[Dataset entries]
··········
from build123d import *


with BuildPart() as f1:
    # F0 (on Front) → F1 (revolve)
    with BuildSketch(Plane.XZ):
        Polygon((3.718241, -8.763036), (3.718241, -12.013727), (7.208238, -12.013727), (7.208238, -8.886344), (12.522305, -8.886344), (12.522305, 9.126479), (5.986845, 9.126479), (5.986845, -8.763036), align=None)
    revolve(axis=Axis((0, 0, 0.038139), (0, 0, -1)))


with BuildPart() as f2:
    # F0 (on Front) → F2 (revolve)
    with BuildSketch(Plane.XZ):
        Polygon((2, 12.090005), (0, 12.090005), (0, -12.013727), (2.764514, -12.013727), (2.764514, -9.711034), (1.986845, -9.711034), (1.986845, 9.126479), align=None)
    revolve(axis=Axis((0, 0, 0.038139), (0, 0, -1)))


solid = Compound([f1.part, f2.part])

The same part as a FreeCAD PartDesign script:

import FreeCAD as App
import Part
import Sketcher

V = App.Vector

doc = App.newDocument("Part")
body = doc.addObject("PartDesign::Body", "Body")

sketch1 = body.newObject("Sketcher::SketchObject", "Sketch")
sketch1.AttachmentSupport = (doc.getObject("XZ_Plane"), [""])
sketch1.MapMode = "FlatFace"
sketch1.addGeometry(Part.LineSegment(V(3.7, -8.8, 0), V(3.7, -12, 0)), False)
sketch1.addGeometry(Part.LineSegment(V(3.7, -12, 0), V(7.2, -12, 0)), False)
sketch1.addGeometry(Part.LineSegment(V(7.2, -12, 0), V(7.2, -8.9, 0)), False)
sketch1.addGeometry(Part.LineSegment(V(7.2, -8.9, 0), V(12.5, -8.9, 0)), False)
sketch1.addGeometry(Part.LineSegment(V(12.5, -8.9, 0), V(12.5, 9.1, 0)), False)
sketch1.addGeometry(Part.LineSegment(V(12.5, 9.1, 0), V(6, 9.1, 0)), False)
sketch1.addGeometry(Part.LineSegment(V(6, 9.1, 0), V(6, -8.8, 0)), False)
sketch1.addGeometry(Part.LineSegment(V(6, -8.8, 0), V(3.7, -8.8, 0)), False)
sketch1.addConstraint(Sketcher.Constraint("Coincident", 0, 2, 1, 1))
sketch1.addConstraint(Sketcher.Constraint("Coincident", 1, 2, 2, 1))
sketch1.addConstraint(Sketcher.Constraint("Coincident", 2, 2, 3, 1))
sketch1.addConstraint(Sketcher.Constraint("Coincident", 3, 2, 4, 1))
sketch1.addConstraint(Sketcher.Constraint("Coincident", 4, 2, 5, 1))
sketch1.addConstraint(Sketcher.Constraint("Coincident", 5, 2, 6, 1))
sketch1.addConstraint(Sketcher.Constraint("Coincident", 6, 2, 7, 1))
sketch1.addConstraint(Sketcher.Constraint("Coincident", 7, 2, 0, 1))
sketch1.addConstraint(Sketcher.Constraint("Vertical", 0))
sketch1.addConstraint(Sketcher.Constraint("Horizontal", 1))
sketch1.addConstraint(Sketcher.Constraint("Vertical", 2))
sketch1.addConstraint(Sketcher.Constraint("Horizontal", 3))
sketch1.addConstraint(Sketcher.Constraint("Vertical", 4))
sketch1.addConstraint(Sketcher.Constraint("Horizontal", 5))
sketch1.addConstraint(Sketcher.Constraint("Vertical", 6))
sketch1.addConstraint(Sketcher.Constraint("Horizontal", 7))
sketch1.addConstraint(Sketcher.Constraint("DistanceX", 5, 2, 5, 1, 6.53546))
sketch1.addConstraint(Sketcher.Constraint("DistanceY", 0, 2, 0, 1, 3.250691))
sketch1.addConstraint(Sketcher.Constraint("DistanceX", 1, 1, 1, 2, 3.489997))
sketch1.addConstraint(Sketcher.Constraint("DistanceX", 3, 1, 3, 2, 5.314067))
sketch1.addConstraint(Sketcher.Constraint("DistanceY", 2, 1, 2, 2, 3.127383))
sketch1.addConstraint(Sketcher.Constraint("DistanceY", 4, 1, 4, 2, 18.012823))
sketch1.addConstraint(Sketcher.Constraint("DistanceX", -1, 1, 0, 2, 3.718241))
sketch1.addConstraint(Sketcher.Constraint("DistanceY", -1, 1, 4, 2, 9.126479))
revolution = body.newObject("PartDesign::Revolution", "Revolution")
revolution.Profile = sketch1
revolution.ReferenceAxis = (sketch1, ["V_Axis"])
revolution.Angle = 360
body2 = doc.addObject("PartDesign::Body", "Body001")

sketch2 = body2.newObject("Sketcher::SketchObject", "Sketch001")
sketch2.AttachmentSupport = (doc.getObject("XZ_Plane001"), [""])
sketch2.MapMode = "FlatFace"
sketch2.addGeometry(Part.LineSegment(V(2, 12.1, 0), V(0, 12.1, 0)), False)
sketch2.addGeometry(Part.LineSegment(V(0, 12.1, 0), V(0, -12, 0)), False)
sketch2.addGeometry(Part.LineSegment(V(0, -12, 0), V(2.8, -12, 0)), False)
sketch2.addGeometry(Part.LineSegment(V(2.8, -12, 0), V(2.8, -9.7, 0)), False)
sketch2.addGeometry(Part.LineSegment(V(2.8, -9.7, 0), V(2, -9.7, 0)), False)
sketch2.addGeometry(Part.LineSegment(V(2, -9.7, 0), V(2, 9.1, 0)), False)
sketch2.addGeometry(Part.LineSegment(V(2, 9.1, 0), V(2, 12.1, 0)), False)
sketch2.addConstraint(Sketcher.Constraint("Coincident", 0, 2, 1, 1))
sketch2.addConstraint(Sketcher.Constraint("Coincident", 1, 2, 2, 1))
sketch2.addConstraint(Sketcher.Constraint("Coincident", 2, 2, 3, 1))
sketch2.addConstraint(Sketcher.Constraint("Coincident", 3, 2, 4, 1))
sketch2.addConstraint(Sketcher.Constraint("Coincident", 4, 2, 5, 1))
sketch2.addConstraint(Sketcher.Constraint("Coincident", 5, 2, 6, 1))
sketch2.addConstraint(Sketcher.Constraint("Coincident", 6, 2, 0, 1))
sketch2.addConstraint(Sketcher.Constraint("Horizontal", 0))
sketch2.addConstraint(Sketcher.Constraint("Vertical", 1))
sketch2.addConstraint(Sketcher.Constraint("Horizontal", 2))
sketch2.addConstraint(Sketcher.Constraint("Vertical", 3))
sketch2.addConstraint(Sketcher.Constraint("Horizontal", 4))
sketch2.addConstraint(Sketcher.Constraint("Vertical", 5))
sketch2.addConstraint(Sketcher.Constraint("PointOnObject", 0, 2, -2))
sketch2.addConstraint(Sketcher.Constraint("DistanceX", 0, 2, 0, 1, 2.0))
sketch2.addConstraint(Sketcher.Constraint("DistanceX", 4, 2, 4, 1, 0.777669))
sketch2.addConstraint(Sketcher.Constraint("DistanceX", 2, 1, 2, 2, 2.764514))
sketch2.addConstraint(Sketcher.Constraint("DistanceY", 1, 2, 1, 1, 24.103732))
sketch2.addConstraint(Sketcher.Constraint("DistanceY", 3, 1, 3, 2, 2.302693))
sketch2.addConstraint(Sketcher.Constraint("DistanceY", 5, 1, 5, 2, 18.837513))
sketch2.addConstraint(Sketcher.Constraint("DistanceY", -1, 1, 5, 2, 9.126479))
revolution2 = body2.newObject("PartDesign::Revolution", "Revolution001")
revolution2.Profile = sketch2
revolution2.ReferenceAxis = (sketch2, ["V_Axis"])
revolution2.Angle = 360

doc.recompute()
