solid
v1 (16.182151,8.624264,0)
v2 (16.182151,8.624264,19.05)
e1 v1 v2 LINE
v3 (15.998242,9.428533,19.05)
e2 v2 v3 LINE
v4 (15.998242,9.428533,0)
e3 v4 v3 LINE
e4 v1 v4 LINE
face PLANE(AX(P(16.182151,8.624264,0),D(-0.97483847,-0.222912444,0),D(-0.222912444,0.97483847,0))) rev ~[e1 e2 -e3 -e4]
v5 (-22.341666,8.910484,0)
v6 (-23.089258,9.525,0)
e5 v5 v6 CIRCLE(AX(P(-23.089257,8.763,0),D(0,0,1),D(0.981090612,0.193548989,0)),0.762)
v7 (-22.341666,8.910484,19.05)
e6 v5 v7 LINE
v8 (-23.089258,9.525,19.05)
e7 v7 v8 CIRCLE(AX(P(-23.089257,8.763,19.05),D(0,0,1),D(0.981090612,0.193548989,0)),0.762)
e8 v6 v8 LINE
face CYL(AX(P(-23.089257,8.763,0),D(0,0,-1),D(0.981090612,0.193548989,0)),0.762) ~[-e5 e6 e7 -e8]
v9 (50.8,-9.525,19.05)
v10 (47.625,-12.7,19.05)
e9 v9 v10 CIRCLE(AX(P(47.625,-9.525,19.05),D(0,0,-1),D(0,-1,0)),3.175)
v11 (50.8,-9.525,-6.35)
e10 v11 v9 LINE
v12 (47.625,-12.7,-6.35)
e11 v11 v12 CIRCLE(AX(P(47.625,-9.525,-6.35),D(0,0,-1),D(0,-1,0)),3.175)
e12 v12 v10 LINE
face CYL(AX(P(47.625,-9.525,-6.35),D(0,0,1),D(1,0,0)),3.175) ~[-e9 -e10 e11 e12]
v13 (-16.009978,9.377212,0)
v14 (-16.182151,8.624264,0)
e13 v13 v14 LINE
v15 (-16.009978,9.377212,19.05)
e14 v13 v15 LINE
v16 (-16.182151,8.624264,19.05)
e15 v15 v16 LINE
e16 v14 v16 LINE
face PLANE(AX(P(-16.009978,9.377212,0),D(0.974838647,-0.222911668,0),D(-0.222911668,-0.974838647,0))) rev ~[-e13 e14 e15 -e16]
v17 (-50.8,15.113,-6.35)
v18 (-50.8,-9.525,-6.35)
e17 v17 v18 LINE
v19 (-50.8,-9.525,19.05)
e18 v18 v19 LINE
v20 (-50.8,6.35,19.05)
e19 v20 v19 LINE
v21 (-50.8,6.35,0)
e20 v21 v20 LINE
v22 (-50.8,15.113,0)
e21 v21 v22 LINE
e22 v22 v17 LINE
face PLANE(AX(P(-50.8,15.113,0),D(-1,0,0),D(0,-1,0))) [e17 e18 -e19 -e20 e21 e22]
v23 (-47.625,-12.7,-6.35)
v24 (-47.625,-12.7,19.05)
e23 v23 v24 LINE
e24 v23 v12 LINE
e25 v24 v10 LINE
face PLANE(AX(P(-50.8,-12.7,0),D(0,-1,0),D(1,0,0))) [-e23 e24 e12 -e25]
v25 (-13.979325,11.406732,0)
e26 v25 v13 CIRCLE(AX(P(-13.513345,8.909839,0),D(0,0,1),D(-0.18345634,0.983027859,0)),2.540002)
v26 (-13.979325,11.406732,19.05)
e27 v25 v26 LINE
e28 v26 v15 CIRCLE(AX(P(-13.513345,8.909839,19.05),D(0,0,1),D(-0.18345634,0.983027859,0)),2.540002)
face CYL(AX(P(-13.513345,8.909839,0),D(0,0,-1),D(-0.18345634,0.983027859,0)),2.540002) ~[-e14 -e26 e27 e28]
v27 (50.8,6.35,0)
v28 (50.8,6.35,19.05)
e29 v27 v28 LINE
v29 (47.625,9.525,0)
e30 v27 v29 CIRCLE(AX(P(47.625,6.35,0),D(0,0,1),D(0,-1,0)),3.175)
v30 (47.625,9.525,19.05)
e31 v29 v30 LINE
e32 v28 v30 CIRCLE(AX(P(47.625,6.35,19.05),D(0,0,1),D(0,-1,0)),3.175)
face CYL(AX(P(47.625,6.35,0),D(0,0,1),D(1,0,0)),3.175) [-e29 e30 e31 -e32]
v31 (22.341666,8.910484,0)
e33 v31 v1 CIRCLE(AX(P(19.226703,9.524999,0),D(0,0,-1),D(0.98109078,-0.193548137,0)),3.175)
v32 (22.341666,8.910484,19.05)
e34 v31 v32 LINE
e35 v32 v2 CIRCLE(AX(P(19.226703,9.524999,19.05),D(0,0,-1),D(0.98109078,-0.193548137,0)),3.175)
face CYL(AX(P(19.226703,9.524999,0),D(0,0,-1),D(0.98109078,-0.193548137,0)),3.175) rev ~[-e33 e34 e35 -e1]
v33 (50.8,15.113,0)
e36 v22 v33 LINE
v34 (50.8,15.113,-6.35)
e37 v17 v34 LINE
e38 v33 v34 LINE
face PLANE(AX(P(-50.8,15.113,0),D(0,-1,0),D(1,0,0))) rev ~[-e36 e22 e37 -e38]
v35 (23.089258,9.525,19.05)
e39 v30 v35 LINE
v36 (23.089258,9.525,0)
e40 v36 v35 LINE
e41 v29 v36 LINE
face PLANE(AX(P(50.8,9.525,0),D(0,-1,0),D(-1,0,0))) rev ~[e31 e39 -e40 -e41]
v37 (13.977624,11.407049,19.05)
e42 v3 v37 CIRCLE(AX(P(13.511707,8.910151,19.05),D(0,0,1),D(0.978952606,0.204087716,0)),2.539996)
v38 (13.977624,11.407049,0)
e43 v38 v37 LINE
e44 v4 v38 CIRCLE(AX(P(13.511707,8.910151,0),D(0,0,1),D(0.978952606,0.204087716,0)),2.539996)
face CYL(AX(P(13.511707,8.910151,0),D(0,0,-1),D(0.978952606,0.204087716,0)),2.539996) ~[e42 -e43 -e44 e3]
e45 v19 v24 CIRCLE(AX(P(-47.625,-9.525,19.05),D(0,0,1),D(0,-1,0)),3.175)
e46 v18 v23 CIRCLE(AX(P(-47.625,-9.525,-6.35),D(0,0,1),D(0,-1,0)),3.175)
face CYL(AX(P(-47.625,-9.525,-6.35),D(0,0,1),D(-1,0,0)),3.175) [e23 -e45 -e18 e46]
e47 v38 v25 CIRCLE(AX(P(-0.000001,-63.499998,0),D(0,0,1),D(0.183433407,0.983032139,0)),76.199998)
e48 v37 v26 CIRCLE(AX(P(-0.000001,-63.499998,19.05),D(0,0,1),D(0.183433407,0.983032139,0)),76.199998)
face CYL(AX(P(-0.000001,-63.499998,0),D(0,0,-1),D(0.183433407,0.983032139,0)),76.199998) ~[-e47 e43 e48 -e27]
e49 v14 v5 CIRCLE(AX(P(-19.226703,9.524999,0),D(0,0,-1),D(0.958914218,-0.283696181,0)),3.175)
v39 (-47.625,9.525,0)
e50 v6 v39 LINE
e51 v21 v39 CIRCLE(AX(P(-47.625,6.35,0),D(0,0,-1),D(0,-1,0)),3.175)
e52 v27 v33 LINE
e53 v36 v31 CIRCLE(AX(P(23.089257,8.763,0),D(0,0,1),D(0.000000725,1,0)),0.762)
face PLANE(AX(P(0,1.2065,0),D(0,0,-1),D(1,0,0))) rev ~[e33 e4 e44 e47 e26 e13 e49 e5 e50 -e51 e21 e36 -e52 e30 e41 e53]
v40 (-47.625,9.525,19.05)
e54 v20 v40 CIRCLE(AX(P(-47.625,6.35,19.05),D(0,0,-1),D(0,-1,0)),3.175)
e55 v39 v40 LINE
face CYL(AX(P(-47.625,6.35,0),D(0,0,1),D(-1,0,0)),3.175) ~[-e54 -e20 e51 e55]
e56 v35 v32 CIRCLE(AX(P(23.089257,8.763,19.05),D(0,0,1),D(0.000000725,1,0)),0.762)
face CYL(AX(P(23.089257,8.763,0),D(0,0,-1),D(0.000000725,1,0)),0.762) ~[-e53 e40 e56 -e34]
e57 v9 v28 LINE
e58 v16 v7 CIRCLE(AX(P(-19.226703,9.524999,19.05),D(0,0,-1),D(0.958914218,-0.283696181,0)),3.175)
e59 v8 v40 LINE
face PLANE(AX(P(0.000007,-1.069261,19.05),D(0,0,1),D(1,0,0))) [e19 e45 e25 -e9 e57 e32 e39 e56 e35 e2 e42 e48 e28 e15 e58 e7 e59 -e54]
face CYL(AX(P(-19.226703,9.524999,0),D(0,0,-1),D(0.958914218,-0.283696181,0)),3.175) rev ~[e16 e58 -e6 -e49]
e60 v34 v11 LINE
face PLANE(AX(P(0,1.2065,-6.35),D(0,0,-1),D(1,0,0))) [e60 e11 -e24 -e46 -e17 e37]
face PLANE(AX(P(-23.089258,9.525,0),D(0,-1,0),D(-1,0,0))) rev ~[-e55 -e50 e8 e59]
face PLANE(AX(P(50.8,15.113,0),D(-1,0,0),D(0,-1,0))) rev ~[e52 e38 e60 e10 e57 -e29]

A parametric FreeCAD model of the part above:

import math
import FreeCAD as App
import Part
import Sketcher
Q = App.Units.Quantity


def edges_at(feature, points):
    """Names of the edges that pass closest to the given points."""
    edges = feature.Shape.Edges
    near = lambda p: min(range(len(edges)), key=lambda i: edges[i].distToShape(Part.Vertex(*p))[0])
    return sorted({f"Edge{near(p) + 1}" for p in points})

doc = App.newDocument("Part")
body = doc.addObject("PartDesign::Body", "Body")

# Sketch on XY plane
sketch1 = body.newObject("Sketcher::SketchObject", "Sketch")
sketch1.AttachmentSupport = (doc.getObject("XY_Plane"), [""])
sketch1.MapMode = "FlatFace"
sketch1.addGeometry(Part.LineSegment(App.Vector(-50.8, -12.7, 0), App.Vector(50.8, -12.7, 0)), False)
sketch1.addGeometry(Part.LineSegment(App.Vector(50.8, -12.7, 0), App.Vector(50.8, 9.5, 0)), False)
sketch1.addGeometry(Part.LineSegment(App.Vector(50.8, 9.5, 0), App.Vector(23.1, 9.5, 0)), False)
sketch1.addGeometry(Part.ArcOfCircle(Part.Circle(App.Vector(23.1, 8.8, 0), App.Vector(0, 0, 1), 0.8), math.radians(90), math.radians(169)), False)
sketch1.addGeometry(Part.ArcOfCircle(Part.Circle(App.Vector(19.2, 9.5, 0), App.Vector(0, 0, 1), 3.2), math.radians(-164), math.radians(-11)), False)
sketch1.addGeometry(Part.LineSegment(App.Vector(16.2, 8.6, 0), App.Vector(16, 9.4, 0)), False)
sketch1.addGeometry(Part.ArcOfCircle(Part.Circle(App.Vector(13.5, 8.9, 0), App.Vector(0, 0, 1), 2.5), math.radians(12), math.radians(79)), False)
sketch1.addGeometry(Part.ArcOfCircle(Part.Circle(App.Vector(0, -63.5, 0), App.Vector(0, 0, 1), 76.2), math.radians(79), math.radians(101)), False)
sketch1.addGeometry(Part.ArcOfCircle(Part.Circle(App.Vector(-13.5, 8.9, 0), App.Vector(0, 0, 1), 2.5), math.radians(101), math.radians(169)), False)
sketch1.addGeometry(Part.LineSegment(App.Vector(-16, 9.4, 0), App.Vector(-16.2, 8.6, 0)), False)
sketch1.addGeometry(Part.ArcOfCircle(Part.Circle(App.Vector(-19.2, 9.5, 0), App.Vector(0, 0, 1), 3.2), math.radians(-169), math.radians(-16)), False)
sketch1.addGeometry(Part.ArcOfCircle(Part.Circle(App.Vector(-23.1, 8.8, 0), App.Vector(0, 0, 1), 0.8), math.radians(11), math.radians(90)), False)
sketch1.addGeometry(Part.LineSegment(App.Vector(-23.1, 9.5, 0), App.Vector(-50.8, 9.5, 0)), False)
sketch1.addGeometry(Part.LineSegment(App.Vector(-50.8, 9.5, 0), App.Vector(-50.8, -12.7, 0)), False)
sketch1.addConstraint(Sketcher.Constraint("Coincident", 0, 2, 1, 1))
sketch1.addConstraint(Sketcher.Constraint("Coincident", 1, 2, 2, 1))
sketch1.addConstraint(Sketcher.Constraint("Tangent", 2, 2, 3, 1))
sketch1.addConstraint(Sketcher.Constraint("Tangent", 3, 2, 4, 2))
sketch1.addConstraint(Sketcher.Constraint("Coincident", 4, 1, 5, 1))
sketch1.addConstraint(Sketcher.Constraint("Coincident", 5, 2, 6, 1))
sketch1.addConstraint(Sketcher.Constraint("Tangent", 6, 2, 7, 1))
sketch1.addConstraint(Sketcher.Constraint("Tangent", 7, 2, 8, 1))
sketch1.addConstraint(Sketcher.Constraint("Coincident", 8, 2, 9, 1))
sketch1.addConstraint(Sketcher.Constraint("Coincident", 9, 2, 10, 2))
sketch1.addConstraint(Sketcher.Constraint("Tangent", 10, 1, 11, 1))
sketch1.addConstraint(Sketcher.Constraint("Tangent", 11, 2, 12, 1))
sketch1.addConstraint(Sketcher.Constraint("Coincident", 12, 2, 13, 1))
sketch1.addConstraint(Sketcher.Constraint("Coincident", 13, 2, 0, 1))
sketch1.addConstraint(Sketcher.Constraint("Horizontal", 0))
sketch1.addConstraint(Sketcher.Constraint("Vertical", 1))
sketch1.addConstraint(Sketcher.Constraint("Horizontal", 2))
sketch1.addConstraint(Sketcher.Constraint("Horizontal", 12))
sketch1.addConstraint(Sketcher.Constraint("Vertical", 13))
sketch1.addConstraint(Sketcher.Constraint("Equal", 4, 10))
sketch1.addConstraint(Sketcher.Constraint("Equal", 3, 11))
sketch1.addConstraint(Sketcher.Constraint("Symmetric", 4, 3, 10, 3, -2))
sketch1.addConstraint(Sketcher.Constraint("Symmetric", 1, 2, 12, 2, -2))
sketch1.addConstraint(Sketcher.Constraint("PointOnObject", 7, 3, -2))
sketch1.addConstraint(Sketcher.Constraint("Horizontal", 10, 3, 1, 2))
sketch1.addConstraint(Sketcher.Constraint("Horizontal", 4, 1, 9, 2))
sketch1.addConstraint(Sketcher.Constraint("Radius", 7, Q("2.9999999 in")))
sketch1.addConstraint(Sketcher.Constraint("Radius", 6, Q("0.0999998 in")))
sketch1.addConstraint(Sketcher.Constraint("Radius", 8, Q("0.1000001 in")))
sketch1.addConstraint(Sketcher.Constraint("DistanceX", 0, 1, 0, 2, Q("4 in")))
sketch1.addConstraint(Sketcher.Constraint("Radius", 3, Q("0.03 in")))
sketch1.addConstraint(Sketcher.Constraint("Radius", 4, Q("0.125 in")))
sketch1.addConstraint(Sketcher.Constraint("DistanceY", 7, 3, 0, 2, Q("1.9999999 in")))
sketch1.addConstraint(Sketcher.Constraint("DistanceY", 7, 3, -1, 1, Q("2.4999999 in")))
sketch1.addConstraint(Sketcher.Constraint("DistanceY", 1, 1, 1, 2, Q("0.875 in")))
sketch1.addConstraint(Sketcher.Constraint("DistanceX", 6, 3, 4, 3, Q("0.2249999 in")))
sketch1.addConstraint(Sketcher.Constraint("DistanceX", -1, 1, 6, 2, Q("0.5503002 in")))
sketch1.addConstraint(Sketcher.Constraint("DistanceY", -1, 1, 8, 3, 8.909839))
sketch1.addConstraint(Sketcher.Constraint("DistanceX", -1, 1, 4, 1, 16.182151))
sketch1.addConstraint(Sketcher.Constraint("DistanceX", 8, 2, -1, 1, 16.009978))
sketch1.addConstraint(Sketcher.Constraint("DistanceX", 5, 2, 4, 1, 0.183909))
pad1 = body.newObject("PartDesign::Pad", "Pad")
pad1.Profile = sketch1
pad1.Length = Q("0.75 in")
··········
Starting at the line that has "e14 v13 v15 LINE" and ending at the line that has "v36 (23.089258,9.525,0)", please write out the lines above exactly, leaving out all others.

e14 v13 v15 LINE
v16 (-16.182151,8.624264,19.05)
e15 v15 v16 LINE
e16 v14 v16 LINE
face PLANE(AX(P(-16.009978,9.377212,0),D(0.974838647,-0.222911668,0),D(-0.222911668,-0.974838647,0))) rev ~[-e13 e14 e15 -e16]
v17 (-50.8,15.113,-6.35)
v18 (-50.8,-9.525,-6.35)
e17 v17 v18 LINE
v19 (-50.8,-9.525,19.05)
e18 v18 v19 LINE
v20 (-50.8,6.35,19.05)
e19 v20 v19 LINE
v21 (-50.8,6.35,0)
e20 v21 v20 LINE
v22 (-50.8,15.113,0)
e21 v21 v22 LINE
e22 v22 v17 LINE
face PLANE(AX(P(-50.8,15.113,0),D(-1,0,0),D(0,-1,0))) [e17 e18 -e19 -e20 e21 e22]
v23 (-47.625,-12.7,-6.35)
v24 (-47.625,-12.7,19.05)
e23 v23 v24 LINE
e24 v23 v12 LINE
e25 v24 v10 LINE
face PLANE(AX(P(-50.8,-12.7,0),D(0,-1,0),D(1,0,0))) [-e23 e24 e12 -e25]
v25 (-13.979325,11.406732,0)
e26 v25 v13 CIRCLE(AX(P(-13.513345,8.909839,0),D(0,0,1),D(-0.18345634,0.983027859,0)),2.540002)
v26 (-13.979325,11.406732,19.05)
e27 v25 v26 LINE
e28 v26 v15 CIRCLE(AX(P(-13.513345,8.909839,19.05),D(0,0,1),D(-0.18345634,0.983027859,0)),2.540002)
face CYL(AX(P(-13.513345,8.909839,0),D(0,0,-1),D(-0.18345634,0.983027859,0)),2.540002) ~[-e14 -e26 e27 e28]
v27 (50.8,6.35,0)
v28 (50.8,6.35,19.05)
e29 v27 v28 LINE
v29 (47.625,9.525,0)
e30 v27 v29 CIRCLE(AX(P(47.625,6.35,0),D(0,0,1),D(0,-1,0)),3.175)
v30 (47.625,9.525,19.05)
e31 v29 v30 LINE
e32 v28 v30 CIRCLE(AX(P(47.625,6.35,19.05),D(0,0,1),D(0,-1,0)),3.175)
face CYL(AX(P(47.625,6.35,0),D(0,0,1),D(1,0,0)),3.175) [-e29 e30 e31 -e32]
v31 (22.341666,8.910484,0)
e33 v31 v1 CIRCLE(AX(P(19.226703,9.524999,0),D(0,0,-1),D(0.98109078,-0.193548137,0)),3.175)
v32 (22.341666,8.910484,19.05)
e34 v31 v32 LINE
e35 v32 v2 CIRCLE(AX(P(19.226703,9.524999,19.05),D(0,0,-1),D(0.98109078,-0.193548137,0)),3.175)
face CYL(AX(P(19.226703,9.524999,0),D(0,0,-1),D(0.98109078,-0.193548137,0)),3.175) rev ~[-e33 e34 e35 -e1]
v33 (50.8,15.113,0)
e36 v22 v33 LINE
v34 (50.8,15.113,-6.35)
e37 v17 v34 LINE
e38 v33 v34 LINE
face PLANE(AX(P(-50.8,15.113,0),D(0,-1,0),D(1,0,0))) rev ~[-e36 e22 e37 -e38]
v35 (23.089258,9.525,19.05)
e39 v30 v35 LINE
v36 (23.089258,9.525,0)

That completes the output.